A man can row 8 km in 1 h in still water . If the speed of the water current is 2 kmpj and it takes 3 h for him to go from a point P to Q and return to P . then find the distance PQ

To solve the problem, we need to find the distance between points P and Q (denoted as PQ). We know the following: 1. The man's rowing speed in still water = 8 km/h 2. The speed of the water current = 2 km/h 3. The total time taken for the round trip from P to Q and back to P = 3 hours ### Step 1: Calculate the effective speeds When rowing downstream (from P to Q), the effective speed of the man will be the sum of his rowing speed and the current speed: - Downstream speed = Speed in still water + Speed of current - Downstream speed = 8 km/h + 2 km/h = 10 km/h When rowing upstream (from Q to P), the effective speed will be the difference between his rowing speed and the current speed: - Upstream speed = Speed in still water - Speed of current - Upstream speed = 8 km/h - 2 km/h = 6 km/h ### Step 2: Let the distance PQ be 'd' km We can express the time taken to travel downstream and upstream in terms of 'd': - Time taken to go from P to Q (downstream) = Distance / Speed = d / 10 hours - Time taken to return from Q to P (upstream) = Distance / Speed = d / 6 hours ### Step 3: Set up the equation for total time The total time for the round trip is given as 3 hours. Therefore, we can set up the equation: \[ \frac{d}{10} + \frac{d}{6} = 3 \] ### Step 4: Solve the equation To solve this equation, we need to find a common denominator.
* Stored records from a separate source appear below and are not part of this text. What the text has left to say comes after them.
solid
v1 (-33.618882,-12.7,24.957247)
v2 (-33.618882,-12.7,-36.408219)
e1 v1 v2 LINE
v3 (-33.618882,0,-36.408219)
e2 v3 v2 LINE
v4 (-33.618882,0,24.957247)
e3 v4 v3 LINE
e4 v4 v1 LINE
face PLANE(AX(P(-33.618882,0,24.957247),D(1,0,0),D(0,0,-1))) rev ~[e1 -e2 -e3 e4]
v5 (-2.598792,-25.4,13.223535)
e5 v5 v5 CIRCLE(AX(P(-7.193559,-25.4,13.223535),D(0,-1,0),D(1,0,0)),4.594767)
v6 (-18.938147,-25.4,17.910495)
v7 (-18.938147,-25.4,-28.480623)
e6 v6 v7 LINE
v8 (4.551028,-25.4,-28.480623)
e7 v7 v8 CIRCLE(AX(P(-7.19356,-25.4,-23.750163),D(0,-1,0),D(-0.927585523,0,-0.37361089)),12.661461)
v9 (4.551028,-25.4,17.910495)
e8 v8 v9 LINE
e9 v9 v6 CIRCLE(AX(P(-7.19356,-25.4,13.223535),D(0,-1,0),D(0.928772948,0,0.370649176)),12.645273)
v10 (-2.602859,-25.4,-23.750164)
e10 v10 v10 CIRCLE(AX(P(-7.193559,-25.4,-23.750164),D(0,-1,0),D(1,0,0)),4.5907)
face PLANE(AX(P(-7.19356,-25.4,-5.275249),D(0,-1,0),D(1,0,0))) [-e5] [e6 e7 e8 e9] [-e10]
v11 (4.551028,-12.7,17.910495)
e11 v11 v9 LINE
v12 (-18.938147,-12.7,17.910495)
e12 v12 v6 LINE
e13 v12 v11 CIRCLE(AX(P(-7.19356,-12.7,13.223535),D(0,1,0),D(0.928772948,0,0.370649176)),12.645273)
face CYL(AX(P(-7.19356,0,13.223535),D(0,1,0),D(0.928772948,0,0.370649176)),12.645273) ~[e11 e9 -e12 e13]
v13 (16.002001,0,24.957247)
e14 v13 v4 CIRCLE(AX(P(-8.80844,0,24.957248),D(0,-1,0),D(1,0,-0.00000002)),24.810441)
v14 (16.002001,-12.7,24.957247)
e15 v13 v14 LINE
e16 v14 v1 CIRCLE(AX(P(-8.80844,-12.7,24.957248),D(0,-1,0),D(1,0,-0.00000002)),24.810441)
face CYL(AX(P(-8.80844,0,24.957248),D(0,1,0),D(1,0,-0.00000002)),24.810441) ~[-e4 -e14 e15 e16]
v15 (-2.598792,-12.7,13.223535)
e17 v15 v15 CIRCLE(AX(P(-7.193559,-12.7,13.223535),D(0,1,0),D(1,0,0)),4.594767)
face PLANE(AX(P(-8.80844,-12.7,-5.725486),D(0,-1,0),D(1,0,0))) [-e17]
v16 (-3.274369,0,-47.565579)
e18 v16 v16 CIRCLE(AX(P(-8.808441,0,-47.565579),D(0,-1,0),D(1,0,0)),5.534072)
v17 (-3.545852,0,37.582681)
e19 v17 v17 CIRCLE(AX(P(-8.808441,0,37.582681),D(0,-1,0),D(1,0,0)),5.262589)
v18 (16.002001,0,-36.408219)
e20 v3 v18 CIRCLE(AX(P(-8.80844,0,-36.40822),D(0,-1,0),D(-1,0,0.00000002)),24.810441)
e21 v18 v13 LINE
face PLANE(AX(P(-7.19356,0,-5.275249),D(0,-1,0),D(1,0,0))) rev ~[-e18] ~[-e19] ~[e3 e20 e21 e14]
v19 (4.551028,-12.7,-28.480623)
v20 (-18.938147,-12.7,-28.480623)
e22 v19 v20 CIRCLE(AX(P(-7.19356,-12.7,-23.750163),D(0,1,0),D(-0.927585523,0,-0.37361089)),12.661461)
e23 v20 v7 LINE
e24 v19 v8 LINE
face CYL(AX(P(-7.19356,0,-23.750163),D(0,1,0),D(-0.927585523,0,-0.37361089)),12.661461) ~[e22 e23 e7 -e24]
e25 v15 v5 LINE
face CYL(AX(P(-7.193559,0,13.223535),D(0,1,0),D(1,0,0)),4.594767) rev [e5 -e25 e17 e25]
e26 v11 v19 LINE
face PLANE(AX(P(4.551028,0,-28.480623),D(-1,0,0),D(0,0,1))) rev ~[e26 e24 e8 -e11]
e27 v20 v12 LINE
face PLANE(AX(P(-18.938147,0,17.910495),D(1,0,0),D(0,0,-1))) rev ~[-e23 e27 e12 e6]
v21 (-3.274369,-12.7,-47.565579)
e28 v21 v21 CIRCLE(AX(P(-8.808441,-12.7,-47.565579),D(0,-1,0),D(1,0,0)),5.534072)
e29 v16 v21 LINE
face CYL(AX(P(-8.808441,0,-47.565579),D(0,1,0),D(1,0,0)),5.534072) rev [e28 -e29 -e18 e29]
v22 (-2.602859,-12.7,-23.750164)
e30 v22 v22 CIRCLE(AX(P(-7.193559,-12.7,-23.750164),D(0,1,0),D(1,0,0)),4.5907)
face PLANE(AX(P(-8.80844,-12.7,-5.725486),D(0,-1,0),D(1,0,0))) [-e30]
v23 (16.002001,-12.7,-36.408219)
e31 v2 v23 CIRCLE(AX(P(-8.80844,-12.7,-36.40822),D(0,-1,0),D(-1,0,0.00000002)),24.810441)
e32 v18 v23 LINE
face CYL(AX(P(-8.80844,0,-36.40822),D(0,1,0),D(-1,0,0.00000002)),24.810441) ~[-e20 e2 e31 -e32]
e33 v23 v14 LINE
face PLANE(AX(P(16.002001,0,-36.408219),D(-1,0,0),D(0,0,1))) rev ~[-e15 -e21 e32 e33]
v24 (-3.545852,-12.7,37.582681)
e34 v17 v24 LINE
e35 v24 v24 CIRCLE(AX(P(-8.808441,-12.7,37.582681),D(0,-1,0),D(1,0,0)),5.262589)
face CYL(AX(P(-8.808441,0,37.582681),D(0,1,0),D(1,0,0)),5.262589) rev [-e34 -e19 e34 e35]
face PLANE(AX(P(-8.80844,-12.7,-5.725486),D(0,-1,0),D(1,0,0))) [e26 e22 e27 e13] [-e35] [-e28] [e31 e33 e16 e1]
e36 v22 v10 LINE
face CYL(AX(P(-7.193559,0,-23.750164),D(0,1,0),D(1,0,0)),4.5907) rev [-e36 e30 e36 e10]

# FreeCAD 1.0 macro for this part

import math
import FreeCAD as App
import Part
import Sketcher
Q = App.Units.Quantity

doc = App.newDocument("Part")
params = doc.addObject("Spreadsheet::Sheet", "Params")
for row, (alias, value) in enumerate([
    ("pad1_length", "0.5 in"),
    ("pad2_length", "1 in"),
], start=1):
    params.set(f"A{row}", alias)
    params.set(f"B{row}", "=" + value)
    params.setAlias(f"B{row}", alias)

body = doc.addObject("PartDesign::Body", "Body")

sketch1 = doc.addObject("Sketcher::SketchObject", "Sketch")
body.addObject(sketch1)
sketch1.AttachmentSupport = (doc.XZ_Plane, [""])
sketch1.MapMode = "FlatFace"
sketch1.addGeometry([
    Part.ArcOfCircle(Part.Circle(App.Vector(-9, 25, 0), App.Vector(0, 0, 1), 25), math.radians(0), math.radians(180)),
    Part.LineSegment(App.Vector(-34, 25, 0), App.Vector(-34, -36, 0)),
    Part.ArcOfCircle(Part.Circle(App.Vector(-9, -36, 0), App.Vector(0, 0, 1), 25), math.radians(180), math.radians(360)),
    Part.LineSegment(App.Vector(16, -36, 0), App.Vector(16, 25, 0)),
    Part.Circle(App.Vector(-9, -48, 0), App.Vector(0, 0, 1), 6),
    Part.Circle(App.Vector(-9, 38, 0), App.Vector(0, 0, 1), 5),
], False)
sketch1.addConstraint([
    Sketcher.Constraint("Tangent", 0, 2, 1, 1),
    Sketcher.Constraint("Tangent", 1, 2, 2, 1),
    Sketcher.Constraint("Tangent", 2, 2, 3, 1),
    Sketcher.Constraint("Tangent", 3, 2, 0, 1),
    Sketcher.Constraint("Vertical", 1),
    Sketcher.Constraint("Vertical", 3),
    Sketcher.Constraint("Vertical", 2, 3, 4, 3),
    Sketcher.Constraint("Vertical", 4, 3, 5, 3),
    Sketcher.Constraint("DistanceX", -1, 1, 2, 2, Q("0.63 in")),
    Sketcher.Constraint("Radius", 0, 24.810441),
    Sketcher.Constraint("Diameter", 4, 11.068144),
    Sketcher.Constraint("Diameter", 5, 10.525178),
    Sketcher.Constraint("DistanceY", 2, 3, 5, 3, 73.990901),
    Sketcher.Constraint("DistanceY", 1, 2, 1, 1, 61.365466),
    Sketcher.Constraint("DistanceY", 2, 3, -1, 1, 36.40822),
    Sketcher.Constraint("DistanceY", 4, 3, -1, 1, 47.565579),
])
pad1 = doc.addObject("PartDesign::Pad", "Pad")
body.addObject(pad1)
pad1.Profile = sketch1
pad1.setExpression("Length", "Params.pad1_length")

sketch2 = doc.addObject("Sketcher::SketchObject", "Sketch001")
body.addObject(sketch2)
sketch2.AttachmentSupport = (doc.XZ_Plane, [""])
sketch2.MapMode = "FlatFace"
sketch2.addGeometry([
    Part.ArcOfCircle(Part.Circle(App.Vector(-7.2, 13.2, 0), App.Vector(0, 0, 1), 12.6), math.radians(22), math.radians(158)),
    Part.LineSegment(App.Vector(-18.9, 17.9, 0), App.Vector(-18.9, -28.5, 0)),
    Part.ArcOfCircle(Part.Circle(App.Vector(-7.2, -23.8, 0), App.Vector(0, 0, 1), 12.7), math.radians(-158), math.radians(-22)),
    Part.LineSegment(App.Vector(4.6, -28.5, 0), App.Vector(4.6, 17.9, 0)),
    Part.Circle(App.Vector(-7.2, -23.8, 0), App.Vector(0, 0, 1), 4.6),
    Part.Circle(App.Vector(-7.2, 13.2, 0), App.Vector(0, 0, 1), 4.6),
], False)
sketch2.addConstraint([
    Sketcher.Constraint("Coincident", 0, 2, 1, 1),
    Sketcher.Constraint("Coincident", 1, 2, 2, 1),
    Sketcher.Constraint("Coincident", 2, 2, 3, 1),
    Sketcher.Constraint("Coincident", 3, 2, 0, 1),
    Sketcher.Constraint("Vertical", 1),
    Sketcher.Constraint("Vertical", 3),
    Sketcher.Constraint("Coincident", 4, 3, 2, 3),
    Sketcher.Constraint("Coincident", 5, 3, 0, 3),
    Sketcher.Constraint("Horizontal", 1, 2, 2, 2),
    Sketcher.Constraint("Horizontal", 0, 2, 3, 2),
    Sketcher.Constraint("Diameter", 4, 9.1814),
    Sketcher.Constraint("Radius", 2, 12.661461),
    Sketcher.Constraint("Diameter", 5, 9.189534),
    Sketcher.Constraint("Radius", 0, 12.645273),
    Sketcher.Constraint("DistanceY", 1, 2, 1, 1, 46.391118),
    Sketcher.Constraint("DistanceY", 2, 3, 0, 3, 36.973698),
    Sketcher.Constraint("DistanceX", 0, 3, -1, 1, 7.19356),
    Sketcher.Constraint("DistanceY", -1, 1, 0, 3, 13.223535),
])
pad2 = doc.addObject("PartDesign::Pad", "Pad001")
body.addObject(pad2)
pad2.Profile = sketch2
pad2.setExpression("Length", "Params.pad2_length")

doc.recompute()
The least common multiple of 10 and 6 is 30. We can rewrite the equation: \[ \frac{3d}{30} + \frac{5d}{30} = 3 \] Combining the fractions gives: \[ \frac{8d}{30} = 3 \] Now, multiply both sides by 30 to eliminate the fraction: \[ 8d = 90 \] Now, divide both sides by 8: \[ d = \frac{90}{8} = 11.25 \text{ km} \] ### Conclusion The distance PQ is 11.25 km.